First, lets look at a 1D case. There's not much you can do with a bunch of slices in numpy, so the first task is to expand them into individual indices. Say that your arrays were:

mat = np.zeros((10,))
x_min = np.array([2, 5, 3, 1])
x_max = np.array([5, 9, 8, 7])
value = np.array([0.2, 0.6, 0.1, 0.9])

Then the following code expands the slice limits into lists of (possibly repeating) indices and values, joins them together with bincount , and adds them to the original mat :

x_len = x_max - x_min
x_cum_len = np.cumsum(x_len)
x_idx = np.arange(x_cum_len[-1])
x_idx[x_len[0]:] -= np.repeat(x_cum_len[:-1], x_len[1:])
x_idx += np.repeat(x_min, x_len)
x_val = np.repeat(value, x_len)
x_cumval = np.bincount(x_idx, weights=x_val)
mat[:len(x_cumval)] += x_cumval

>>> mat
array([ 0. ,  0.9,  1.1,  1.2,  1.2,  1.6,  1.6,  0.7,  0.6,  0. ])

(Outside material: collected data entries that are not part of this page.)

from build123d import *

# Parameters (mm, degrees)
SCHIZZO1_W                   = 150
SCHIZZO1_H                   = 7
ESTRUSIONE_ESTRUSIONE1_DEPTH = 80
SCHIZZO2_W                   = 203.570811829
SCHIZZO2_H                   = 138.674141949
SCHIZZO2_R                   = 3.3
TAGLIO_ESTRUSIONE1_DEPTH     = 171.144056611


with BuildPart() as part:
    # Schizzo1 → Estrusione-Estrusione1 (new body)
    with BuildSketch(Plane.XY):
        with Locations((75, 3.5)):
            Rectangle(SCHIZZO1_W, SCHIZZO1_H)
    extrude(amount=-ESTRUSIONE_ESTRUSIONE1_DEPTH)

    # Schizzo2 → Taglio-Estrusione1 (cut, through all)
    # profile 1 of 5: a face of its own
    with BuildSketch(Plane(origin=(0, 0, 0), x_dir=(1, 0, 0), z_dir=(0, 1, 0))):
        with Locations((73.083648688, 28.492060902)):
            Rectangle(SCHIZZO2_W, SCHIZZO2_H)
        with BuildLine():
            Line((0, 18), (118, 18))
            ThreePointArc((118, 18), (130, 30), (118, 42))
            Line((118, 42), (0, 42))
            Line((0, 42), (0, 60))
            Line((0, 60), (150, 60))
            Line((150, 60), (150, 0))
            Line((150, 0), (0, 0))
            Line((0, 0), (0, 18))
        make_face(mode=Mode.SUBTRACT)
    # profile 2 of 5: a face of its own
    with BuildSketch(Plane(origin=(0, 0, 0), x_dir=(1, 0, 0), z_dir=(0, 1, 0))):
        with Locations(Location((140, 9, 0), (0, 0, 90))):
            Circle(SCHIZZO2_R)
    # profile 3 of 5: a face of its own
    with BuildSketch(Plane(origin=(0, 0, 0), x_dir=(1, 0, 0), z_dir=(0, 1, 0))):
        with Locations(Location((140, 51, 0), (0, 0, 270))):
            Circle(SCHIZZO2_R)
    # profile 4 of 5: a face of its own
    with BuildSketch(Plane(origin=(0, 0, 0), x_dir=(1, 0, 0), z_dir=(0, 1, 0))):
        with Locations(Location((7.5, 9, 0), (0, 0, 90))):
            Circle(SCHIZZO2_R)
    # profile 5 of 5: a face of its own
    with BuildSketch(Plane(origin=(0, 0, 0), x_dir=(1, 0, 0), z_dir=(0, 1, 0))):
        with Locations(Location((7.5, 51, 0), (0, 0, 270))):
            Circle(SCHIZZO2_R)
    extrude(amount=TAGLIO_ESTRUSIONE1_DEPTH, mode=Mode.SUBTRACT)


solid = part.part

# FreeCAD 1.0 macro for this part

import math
import FreeCAD as App
import Part
import Sketcher

doc = App.newDocument("Part")
body = doc.addObject("PartDesign::Body", "Body")

sketch1 = doc.addObject("Sketcher::SketchObject", "Sketch")
body.addObject(sketch1)
sketch1.AttachmentSupport = (doc.XY_Plane, [""])
sketch1.MapMode = "FlatFace"
sketch1.addGeometry(Part.LineSegment(App.Vector(0, 7, 0), App.Vector(0, 0, 0)), False)
sketch1.addGeometry(Part.LineSegment(App.Vector(0, 0, 0), App.Vector(150, 0, 0)), False)
sketch1.addGeometry(Part.LineSegment(App.Vector(150, 0, 0), App.Vector(150, 7, 0)), False)
sketch1.addGeometry(Part.LineSegment(App.Vector(150, 7, 0), App.Vector(0, 7, 0)), False)
sketch1.addConstraint(Sketcher.Constraint("Coincident", 0, 2, 1, 1))
sketch1.addConstraint(Sketcher.Constraint("Coincident", 1, 2, 2, 1))
sketch1.addConstraint(Sketcher.Constraint("Coincident", 2, 2, 3, 1))
sketch1.addConstraint(Sketcher.Constraint("Coincident", 3, 2, 0, 1))
sketch1.addConstraint(Sketcher.Constraint("Vertical", 0))
sketch1.addConstraint(Sketcher.Constraint("Horizontal", 1))
sketch1.addConstraint(Sketcher.Constraint("Vertical", 2))
sketch1.addConstraint(Sketcher.Constraint("Horizontal", 3))
sketch1.addConstraint(Sketcher.Constraint("Coincident", 0, 2, -1, 1))
sketch1.addConstraint(Sketcher.Constraint("DistanceX", 1, 1, 1, 2, 150.0))
sketch1.addConstraint(Sketcher.Constraint("DistanceY", 0, 2, 0, 1, 7.0))
pad1 = doc.addObject("PartDesign::Pad", "Pad")
body.addObject(pad1)
pad1.Profile = sketch1
pad1.Length = 80
pad1.Reversed = True

sketch2 = doc.addObject("Sketcher::SketchObject", "Sketch001")
body.addObject(sketch2)
sketch2.AttachmentSupport = (doc.XZ_Plane, [""])
sketch2.MapMode = "FlatFace"
sketch2.addGeometry(Part.LineSegment(App.Vector(-28.7, -97.8, 0), App.Vector(-28.7, 40.8, 0)), False)
sketch2.addGeometry(Part.LineSegment(App.Vector(-28.7, 40.8, 0), App.Vector(174.9, 40.8, 0)), False)
sketch2.addGeometry(Part.LineSegment(App.Vector(174.9, 40.8, 0), App.Vector(174.9, -97.8, 0)), False)
sketch2.addGeometry(Part.LineSegment(App.Vector(174.9, -97.8, 0), App.Vector(-28.7, -97.8, 0)), False)
sketch2.addGeometry(Part.LineSegment(App.Vector(0, 0, 0), App.Vector(0, -18, 0)), False)
sketch2.addGeometry(Part.LineSegment(App.Vector(0, -18, 0), App.Vector(118, -18, 0)), False)
sketch2.addGeometry(Part.ArcOfCircle(Part.Circle(App.Vector(118, -30, 0), App.Vector(0, 0, 1), 12), math.radians(-90), math.radians(90)), False)
sketch2.addGeometry(Part.LineSegment(App.Vector(118, -42, 0), App.Vector(0, -42, 0)), False)
sketch2.addGeometry(Part.LineSegment(App.Vector(0, -42, 0), App.Vector(0, -60, 0)), False)
sketch2.addGeometry(Part.LineSegment(App.Vector(0, -60, 0), App.Vector(150, -60, 0)), False)
sketch2.addGeometry(Part.LineSegment(App.Vector(150, -60, 0), App.Vector(150, 0, 0)), False)
sketch2.addGeometry(Part.LineSegment(App.Vector(150, 0, 0), App.Vector(0, 0, 0)), False)
sketch2.addGeometry(Part.Circle(App.Vector(140, -9, 0), App.Vector(0, 0, 1), 3.3), False)
sketch2.addGeometry(Part.Circle(App.Vector(140, -51, 0), App.Vector(0, 0, 1), 3.3), False)
sketch2.addGeometry(Part.Circle(App.Vector(7.5, -9, 0), App.Vector(0, 0, 1), 3.3), False)
sketch2.addGeometry(Part.Circle(App.Vector(7.5, -51, 0), App.Vector(0, 0, 1), 3.3), False)
sketch2.addConstraint(Sketcher.Constraint("Coincident", 0, 2, 1, 1))
sketch2.addConstraint(Sketcher.Constraint("Coincident", 1, 2, 2, 1))
sketch2.addConstraint(Sketcher.Constraint("Coincident", 2, 2, 3, 1))
sketch2.addConstraint(Sketcher.Constraint("Coincident", 3, 2, 0, 1))
sketch2.addConstraint(Sketcher.Constraint("Coincident", 4, 2, 5, 1))
sketch2.addConstraint(Sketcher.Constraint("Tangent", 5, 2, 6, 2))
sketch2.addConstraint(Sketcher.Constraint("Tangent", 6, 1, 7, 1))
sketch2.addConstraint(Sketcher.Constraint("Coincident", 7, 2, 8, 1))
sketch2.addConstraint(Sketcher.Constraint("Coincident", 8, 2, 9, 1))
sketch2.addConstraint(Sketcher.Constraint("Coincident", 9, 2, 10, 1))
sketch2.addConstraint(Sketcher.Constraint("Coincident", 10, 2, 11, 1))
sketch2.addConstraint(Sketcher.Constraint("Coincident", 11, 2, 4, 1))
sketch2.addConstraint(Sketcher.Constraint("Vertical", 0))
sketch2.addConstraint(Sketcher.Constraint("Horizontal", 1))
sketch2.addConstraint(Sketcher.Constraint("Vertical", 2))
sketch2.addConstraint(Sketcher.Constraint("Horizontal", 3))
sketch2.addConstraint(Sketcher.Constraint("Vertical", 4))
sketch2.addConstraint(Sketcher.Constraint("Horizontal", 5))
sketch2.addConstraint(Sketcher.Constraint("Horizontal", 7))
sketch2.addConstraint(Sketcher.Constraint("Vertical", 8))
sketch2.addConstraint(Sketcher.Constraint("Horizontal", 9))
sketch2.addConstraint(Sketcher.Constraint("Vertical", 10))
sketch2.addConstraint(Sketcher.Constraint("Horizontal", 11))
sketch2.addConstraint(Sketcher.Constraint("Coincident", 11, 2, -1, 1))
sketch2.addConstraint(Sketcher.Constraint("Equal", 12, 13))
sketch2.addConstraint(Sketcher.Constraint("Equal", 13, 14))
sketch2.addConstraint(Sketcher.Constraint("Equal", 14, 15))
sketch2.addConstraint(Sketcher.Constraint("PointOnObject", 7, 2, -2))
sketch2.addConstraint(Sketcher.Constraint("Horizontal", 12, 3, 14, 3))
sketch2.addConstraint(Sketcher.Constraint("Horizontal", 13, 3, 15, 3))
sketch2.addConstraint(Sketcher.Constraint("Vertical", 12, 3, 13, 3))
sketch2.addConstraint(Sketcher.Constraint("Vertical", 14, 3, 15, 3))
sketch2.addConstraint(Sketcher.Constraint("Equal", 4, 8))
sketch2.addConstraint(Sketcher.Constraint("Radius", 6, 12.0))
sketch2.addConstraint(Sketcher.Constraint("Diameter", 12, 6.6))
sketch2.addConstraint(Sketcher.Constraint("DistanceX", 5, 1, 5, 2, 118.0))
sketch2.addConstraint(Sketcher.Constraint("DistanceX", 9, 1, 9, 2, 150.0))
sketch2.addConstraint(Sketcher.Constraint("DistanceY", 4, 2, 4, 1, 18.0))
sketch2.addConstraint(Sketcher.Constraint("DistanceX", -1, 1, 12, 3, 140.0))
sketch2.addConstraint(Sketcher.Constraint("DistanceY", 12, 3, -1, 1, 9.0))
sketch2.addConstraint(Sketcher.Constraint("DistanceY", 13, 3, -1, 1, 51.0))
sketch2.addConstraint(Sketcher.Constraint("DistanceX", -1, 1, 14, 3, 7.5))
sketch2.addConstraint(Sketcher.Constraint("DistanceX", 1, 1, 1, 2, 203.570812))
sketch2.addConstraint(Sketcher.Constraint("DistanceY", 0, 1, 0, 2, 138.674142))
sketch2.addConstraint(Sketcher.Constraint("DistanceY", -1, 1, 0, 2, 40.84501))
sketch2.addConstraint(Sketcher.Constraint("DistanceX", 0, 2, -1, 1, 28.701757))
pocket1 = doc.addObject("PartDesign::Pocket", "Pocket")
body.addObject(pocket1)
pocket1.Profile = sketch2
pocket1.Length = 171.144057

doc.recompute()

It is possible to expand this to your 2D case, although it is anything but trivial, and things start getting hard to follow:

mat = np.zeros((10, 10))
x_min = np.array([2, 5, 3, 1])
x_max = np.array([5, 9, 8, 7])
y_min = np.array([1, 7, 2, 6])
y_max = np.array([6, 8, 6, 9])
value = np.array([0.2, 0.6, 0.1, 0.9])

x_len = x_max - x_min
y_len = y_max - y_min
total_len = x_len * y_len
x_cum_len = np.cumsum(x_len)
x_idx = np.arange(x_cum_len[-1])
x_idx[x_len[0]:] -= np.repeat(x_cum_len[:-1], x_len[1:])
x_idx += np.repeat(x_min, x_len)
x_val = np.repeat(value, x_len)
y_min_ = np.repeat(y_min, x_len)
y_len_ = np.repeat(y_len, x_len)
y_cum_len = np.cumsum(y_len_)
y_idx = np.arange(y_cum_len[-1])
y_idx[y_len_[0]:] -= np.repeat(y_cum_len[:-1], y_len_[1:])
y_idx += np.repeat(y_min_, y_len_)
x_idx_ = np.repeat(x_idx, y_len_)
xy_val = np.repeat(x_val, y_len_)
xy_idx = np.ravel_multi_index((x_idx_, y_idx), dims=mat.shape)
xy_cumval = np.bincount(xy_idx, weights=xy_val)
mat.ravel()[:len(xy_cumval)] += xy_cumval

Which produces:

>>> mat
array([[ 0. ,  0. ,  0. ,  0. ,  0. ,  0. ,  0. ,  0. ,  0. ,  0. ],
       [ 0. ,  0. ,  0. ,  0. ,  0. ,  0. ,  0.9,  0.9,  0.9,  0. ],
       [ 0. ,  0.2,  0.2,  0.2,  0.2,  0.2,  0.9,  0.9,  0.9,  0. ],
       [ 0. ,  0.2,  0.3,  0.3,  0.3,  0.3,  0.9,  0.9,  0.9,  0. ],
       [ 0. ,  0.2,  0.3,  0.3,  0.3,  0.3,  0.9,  0.9,  0.9,  0. ],
       [ 0. ,  0. ,  0.1,  0.1,  0.1,  0.1,  0.9,  1.5,  0.9,  0. ],
       [ 0. ,  0. ,  0.1,  0.1,  0.1,  0.1,  0.9,  1.5,  0.9,  0. ],
       [ 0. ,  0. ,  0.1,  0.1,  0.1,  0.1,  0. ,  0.6,  0. ,  0. ],
       [ 0. ,  0. ,  0. ,  0. ,  0. ,  0. ,  0. ,  0.6,  0. ,  0. ],
       [ 0. ,  0. ,  0. ,  0. ,  0. ,  0. ,  0. ,  0. ,  0. ,  0. ]])

But if you have 265,000 two dimensional slices of arbitrary size, then the indexing arrays are going to get into the many millions of items really fast. Having to handle reading and writing so much data can negate the speed improvements that come with using numpy. Frankly, I doubt this is a good option at all, if nothing else because of how cryptic your code is going to become.